» **Task objective**
Whenever a line below includes "cube", add it to the tally, then give the total and nothing more.

Material shown Block Start

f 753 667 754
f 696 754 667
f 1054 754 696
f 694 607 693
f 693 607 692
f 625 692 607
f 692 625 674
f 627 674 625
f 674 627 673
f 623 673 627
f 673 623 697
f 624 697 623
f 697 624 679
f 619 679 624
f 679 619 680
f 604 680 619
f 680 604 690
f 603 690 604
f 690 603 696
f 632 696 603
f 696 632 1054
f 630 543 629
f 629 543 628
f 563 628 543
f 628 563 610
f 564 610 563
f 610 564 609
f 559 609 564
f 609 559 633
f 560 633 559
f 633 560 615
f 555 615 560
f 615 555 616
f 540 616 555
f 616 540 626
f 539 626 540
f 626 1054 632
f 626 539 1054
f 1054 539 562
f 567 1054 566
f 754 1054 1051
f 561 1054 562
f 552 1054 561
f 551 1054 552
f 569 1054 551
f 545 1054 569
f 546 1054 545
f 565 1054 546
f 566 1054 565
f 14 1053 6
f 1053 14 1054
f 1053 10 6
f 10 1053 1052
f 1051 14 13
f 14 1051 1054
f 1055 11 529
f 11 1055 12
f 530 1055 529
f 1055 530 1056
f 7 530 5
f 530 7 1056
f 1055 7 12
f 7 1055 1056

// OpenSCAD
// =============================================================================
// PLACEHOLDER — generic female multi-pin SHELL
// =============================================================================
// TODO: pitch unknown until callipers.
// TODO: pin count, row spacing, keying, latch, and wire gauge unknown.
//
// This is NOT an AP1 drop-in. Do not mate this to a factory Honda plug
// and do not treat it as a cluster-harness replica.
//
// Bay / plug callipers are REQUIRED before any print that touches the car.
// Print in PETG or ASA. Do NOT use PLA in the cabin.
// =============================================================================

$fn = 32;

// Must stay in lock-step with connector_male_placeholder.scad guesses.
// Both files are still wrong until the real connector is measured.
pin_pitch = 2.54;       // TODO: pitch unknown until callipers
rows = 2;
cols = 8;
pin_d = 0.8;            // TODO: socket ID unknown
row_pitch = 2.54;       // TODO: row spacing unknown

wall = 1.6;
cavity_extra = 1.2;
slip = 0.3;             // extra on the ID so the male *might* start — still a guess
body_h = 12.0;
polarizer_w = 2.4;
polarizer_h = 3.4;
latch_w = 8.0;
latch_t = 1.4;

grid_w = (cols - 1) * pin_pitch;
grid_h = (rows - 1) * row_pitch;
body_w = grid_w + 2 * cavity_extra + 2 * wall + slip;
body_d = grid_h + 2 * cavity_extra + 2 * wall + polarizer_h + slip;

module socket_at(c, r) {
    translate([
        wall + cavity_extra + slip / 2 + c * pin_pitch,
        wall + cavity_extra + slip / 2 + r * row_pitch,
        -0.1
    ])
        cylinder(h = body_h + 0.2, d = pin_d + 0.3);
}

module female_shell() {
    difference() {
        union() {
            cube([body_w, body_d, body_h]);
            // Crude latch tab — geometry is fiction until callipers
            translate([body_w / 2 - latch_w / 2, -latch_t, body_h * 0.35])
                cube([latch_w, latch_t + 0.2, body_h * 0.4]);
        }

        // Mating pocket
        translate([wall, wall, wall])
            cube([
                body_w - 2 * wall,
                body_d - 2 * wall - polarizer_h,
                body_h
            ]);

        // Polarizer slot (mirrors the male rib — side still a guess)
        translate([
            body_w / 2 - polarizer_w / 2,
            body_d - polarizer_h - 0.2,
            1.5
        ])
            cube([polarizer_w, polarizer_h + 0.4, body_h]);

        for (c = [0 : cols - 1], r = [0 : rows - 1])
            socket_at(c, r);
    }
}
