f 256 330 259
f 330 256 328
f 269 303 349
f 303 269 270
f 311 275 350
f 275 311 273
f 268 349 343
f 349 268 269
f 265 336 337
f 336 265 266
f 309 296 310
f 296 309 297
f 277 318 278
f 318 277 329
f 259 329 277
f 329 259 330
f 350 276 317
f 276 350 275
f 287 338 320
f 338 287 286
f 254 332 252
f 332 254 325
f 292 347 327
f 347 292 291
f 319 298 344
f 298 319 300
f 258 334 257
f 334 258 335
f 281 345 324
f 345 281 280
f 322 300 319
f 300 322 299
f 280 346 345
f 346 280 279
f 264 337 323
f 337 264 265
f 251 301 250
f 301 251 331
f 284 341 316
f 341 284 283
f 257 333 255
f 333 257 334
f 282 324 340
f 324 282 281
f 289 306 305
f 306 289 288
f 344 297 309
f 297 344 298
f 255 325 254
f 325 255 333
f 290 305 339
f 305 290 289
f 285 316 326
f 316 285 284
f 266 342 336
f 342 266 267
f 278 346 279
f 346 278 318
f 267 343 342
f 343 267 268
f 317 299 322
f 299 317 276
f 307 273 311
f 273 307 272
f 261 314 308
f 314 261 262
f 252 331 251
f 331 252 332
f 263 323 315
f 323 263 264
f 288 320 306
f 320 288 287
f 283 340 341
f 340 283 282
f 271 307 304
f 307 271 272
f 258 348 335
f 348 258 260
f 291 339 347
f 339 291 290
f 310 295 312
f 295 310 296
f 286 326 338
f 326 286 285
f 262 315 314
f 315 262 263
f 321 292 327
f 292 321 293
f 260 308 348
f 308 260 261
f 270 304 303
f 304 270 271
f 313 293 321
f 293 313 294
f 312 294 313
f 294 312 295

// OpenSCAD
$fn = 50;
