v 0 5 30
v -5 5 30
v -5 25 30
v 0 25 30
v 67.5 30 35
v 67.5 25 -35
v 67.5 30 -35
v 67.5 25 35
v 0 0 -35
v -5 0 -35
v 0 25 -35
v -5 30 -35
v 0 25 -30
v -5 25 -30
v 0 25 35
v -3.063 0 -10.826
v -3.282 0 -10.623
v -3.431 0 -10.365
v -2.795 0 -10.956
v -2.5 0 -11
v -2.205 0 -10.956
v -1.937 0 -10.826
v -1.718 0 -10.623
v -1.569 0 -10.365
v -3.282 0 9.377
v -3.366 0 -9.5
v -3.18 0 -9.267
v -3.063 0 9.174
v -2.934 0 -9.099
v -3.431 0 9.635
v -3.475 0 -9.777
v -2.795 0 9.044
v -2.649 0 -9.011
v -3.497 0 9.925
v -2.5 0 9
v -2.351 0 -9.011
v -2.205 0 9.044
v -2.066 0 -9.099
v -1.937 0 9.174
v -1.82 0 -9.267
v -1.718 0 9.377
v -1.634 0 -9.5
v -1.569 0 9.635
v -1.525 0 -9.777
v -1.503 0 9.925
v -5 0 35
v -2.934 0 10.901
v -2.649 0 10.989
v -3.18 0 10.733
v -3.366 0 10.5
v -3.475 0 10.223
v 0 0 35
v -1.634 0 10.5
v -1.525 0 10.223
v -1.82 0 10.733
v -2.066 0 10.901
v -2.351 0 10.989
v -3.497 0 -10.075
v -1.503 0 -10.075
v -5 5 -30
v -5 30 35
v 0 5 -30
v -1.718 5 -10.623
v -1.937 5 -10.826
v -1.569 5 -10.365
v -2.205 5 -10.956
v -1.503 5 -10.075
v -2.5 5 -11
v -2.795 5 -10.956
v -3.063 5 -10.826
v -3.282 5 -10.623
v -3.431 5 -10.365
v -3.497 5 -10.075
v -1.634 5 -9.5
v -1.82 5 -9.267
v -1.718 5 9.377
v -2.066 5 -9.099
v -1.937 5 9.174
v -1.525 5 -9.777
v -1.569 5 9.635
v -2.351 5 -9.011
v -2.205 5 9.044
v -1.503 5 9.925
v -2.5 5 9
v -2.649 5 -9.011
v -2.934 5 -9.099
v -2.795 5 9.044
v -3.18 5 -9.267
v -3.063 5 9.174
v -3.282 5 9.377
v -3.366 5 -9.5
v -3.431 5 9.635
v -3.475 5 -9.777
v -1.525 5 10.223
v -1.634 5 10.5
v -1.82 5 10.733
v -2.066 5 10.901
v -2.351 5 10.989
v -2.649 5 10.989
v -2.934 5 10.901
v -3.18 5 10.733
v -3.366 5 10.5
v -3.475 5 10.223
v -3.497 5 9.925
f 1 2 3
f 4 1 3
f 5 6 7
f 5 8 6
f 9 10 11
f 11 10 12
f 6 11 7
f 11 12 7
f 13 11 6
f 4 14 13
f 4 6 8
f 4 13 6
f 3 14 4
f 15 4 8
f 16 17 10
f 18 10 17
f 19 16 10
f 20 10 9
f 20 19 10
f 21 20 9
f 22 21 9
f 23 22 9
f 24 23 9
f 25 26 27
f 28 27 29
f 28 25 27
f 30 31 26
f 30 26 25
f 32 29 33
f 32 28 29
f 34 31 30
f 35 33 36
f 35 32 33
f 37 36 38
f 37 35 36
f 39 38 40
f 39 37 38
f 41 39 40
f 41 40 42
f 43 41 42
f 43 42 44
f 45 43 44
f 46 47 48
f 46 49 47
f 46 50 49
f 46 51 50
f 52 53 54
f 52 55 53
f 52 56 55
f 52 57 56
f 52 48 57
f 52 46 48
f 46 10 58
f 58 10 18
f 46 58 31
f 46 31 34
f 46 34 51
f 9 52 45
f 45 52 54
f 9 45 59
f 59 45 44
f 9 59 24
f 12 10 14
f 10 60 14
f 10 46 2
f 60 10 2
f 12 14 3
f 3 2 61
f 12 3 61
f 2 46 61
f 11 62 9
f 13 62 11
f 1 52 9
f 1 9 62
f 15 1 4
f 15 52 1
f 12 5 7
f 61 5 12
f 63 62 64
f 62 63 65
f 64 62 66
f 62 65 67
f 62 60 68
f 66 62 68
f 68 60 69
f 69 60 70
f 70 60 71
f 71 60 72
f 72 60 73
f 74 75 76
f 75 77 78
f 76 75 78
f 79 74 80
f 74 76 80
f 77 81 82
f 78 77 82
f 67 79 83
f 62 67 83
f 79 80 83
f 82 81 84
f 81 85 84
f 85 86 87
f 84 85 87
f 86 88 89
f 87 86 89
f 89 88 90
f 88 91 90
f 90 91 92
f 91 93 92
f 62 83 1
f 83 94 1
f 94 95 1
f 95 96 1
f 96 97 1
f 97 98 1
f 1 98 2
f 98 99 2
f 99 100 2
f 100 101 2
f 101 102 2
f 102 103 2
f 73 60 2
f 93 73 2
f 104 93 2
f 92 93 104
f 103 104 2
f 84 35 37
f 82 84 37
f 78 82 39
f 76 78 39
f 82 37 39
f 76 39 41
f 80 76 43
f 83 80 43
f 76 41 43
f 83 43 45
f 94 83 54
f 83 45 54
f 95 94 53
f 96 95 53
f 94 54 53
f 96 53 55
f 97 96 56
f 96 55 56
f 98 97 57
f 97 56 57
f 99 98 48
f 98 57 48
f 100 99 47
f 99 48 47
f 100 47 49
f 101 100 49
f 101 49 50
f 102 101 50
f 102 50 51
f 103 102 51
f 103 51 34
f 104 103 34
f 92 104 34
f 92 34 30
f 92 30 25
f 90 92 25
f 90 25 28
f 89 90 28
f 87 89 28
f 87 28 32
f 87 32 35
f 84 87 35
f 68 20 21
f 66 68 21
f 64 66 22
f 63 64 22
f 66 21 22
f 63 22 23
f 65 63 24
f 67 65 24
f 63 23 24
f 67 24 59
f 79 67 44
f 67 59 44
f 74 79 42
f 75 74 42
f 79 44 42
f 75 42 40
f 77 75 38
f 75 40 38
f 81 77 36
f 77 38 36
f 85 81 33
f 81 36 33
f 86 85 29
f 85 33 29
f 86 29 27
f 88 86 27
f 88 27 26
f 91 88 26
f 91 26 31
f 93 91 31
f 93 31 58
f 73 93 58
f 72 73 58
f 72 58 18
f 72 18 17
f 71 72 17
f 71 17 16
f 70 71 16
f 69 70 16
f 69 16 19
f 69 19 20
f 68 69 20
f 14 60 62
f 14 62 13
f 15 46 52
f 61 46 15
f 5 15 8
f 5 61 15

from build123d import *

# Parameters (mm, degrees)
SKETCH1_W           = 5
SKETCH1_H           = 30
SKETCH1_W_2         = 67.5
SKETCH1_H_2         = 5
BOSS_EXTRUDE1_DEPTH = 35
SKETCH2_R           = 1
CUT_EXTRUDE1_DEPTH  = 10
SKETCH3_W           = 60
SKETCH3_H           = 20
CUT_EXTRUDE2_DEPTH  = 10


with BuildPart() as part:
    # Sketch1 → Boss-Extrude1 (new, symmetric)
    with BuildSketch(Plane.XY):
        with Locations((-2.5, 15)):
            Rectangle(SKETCH1_W, SKETCH1_H)
        with Locations((33.75, 27.5)):
            Rectangle(SKETCH1_W_2, SKETCH1_H_2)
    extrude(amount=BOSS_EXTRUDE1_DEPTH, both=True)

    # Sketch2 → Cut-Extrude1 (cut)
    with BuildSketch(Plane.XZ):
        with Locations(Location((-2.5, 10, 0), (0, 0, 270))):
            Circle(SKETCH2_R)
        with Locations(Location((-2.5, -10, 0), (0, 0, 270))):
            Circle(SKETCH2_R)
    extrude(amount=-CUT_EXTRUDE1_DEPTH, mode=Mode.SUBTRACT)

    # Sketch3 → Cut-Extrude2 (cut)
    with BuildSketch(Plane.ZY.offset(5)):
        with Locations((0, 15)):
            Rectangle(SKETCH3_W, SKETCH3_H)
    extrude(amount=-CUT_EXTRUDE2_DEPTH, mode=Mode.SUBTRACT)


solid = part.part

Material shown Block End

» **Exercise response**
4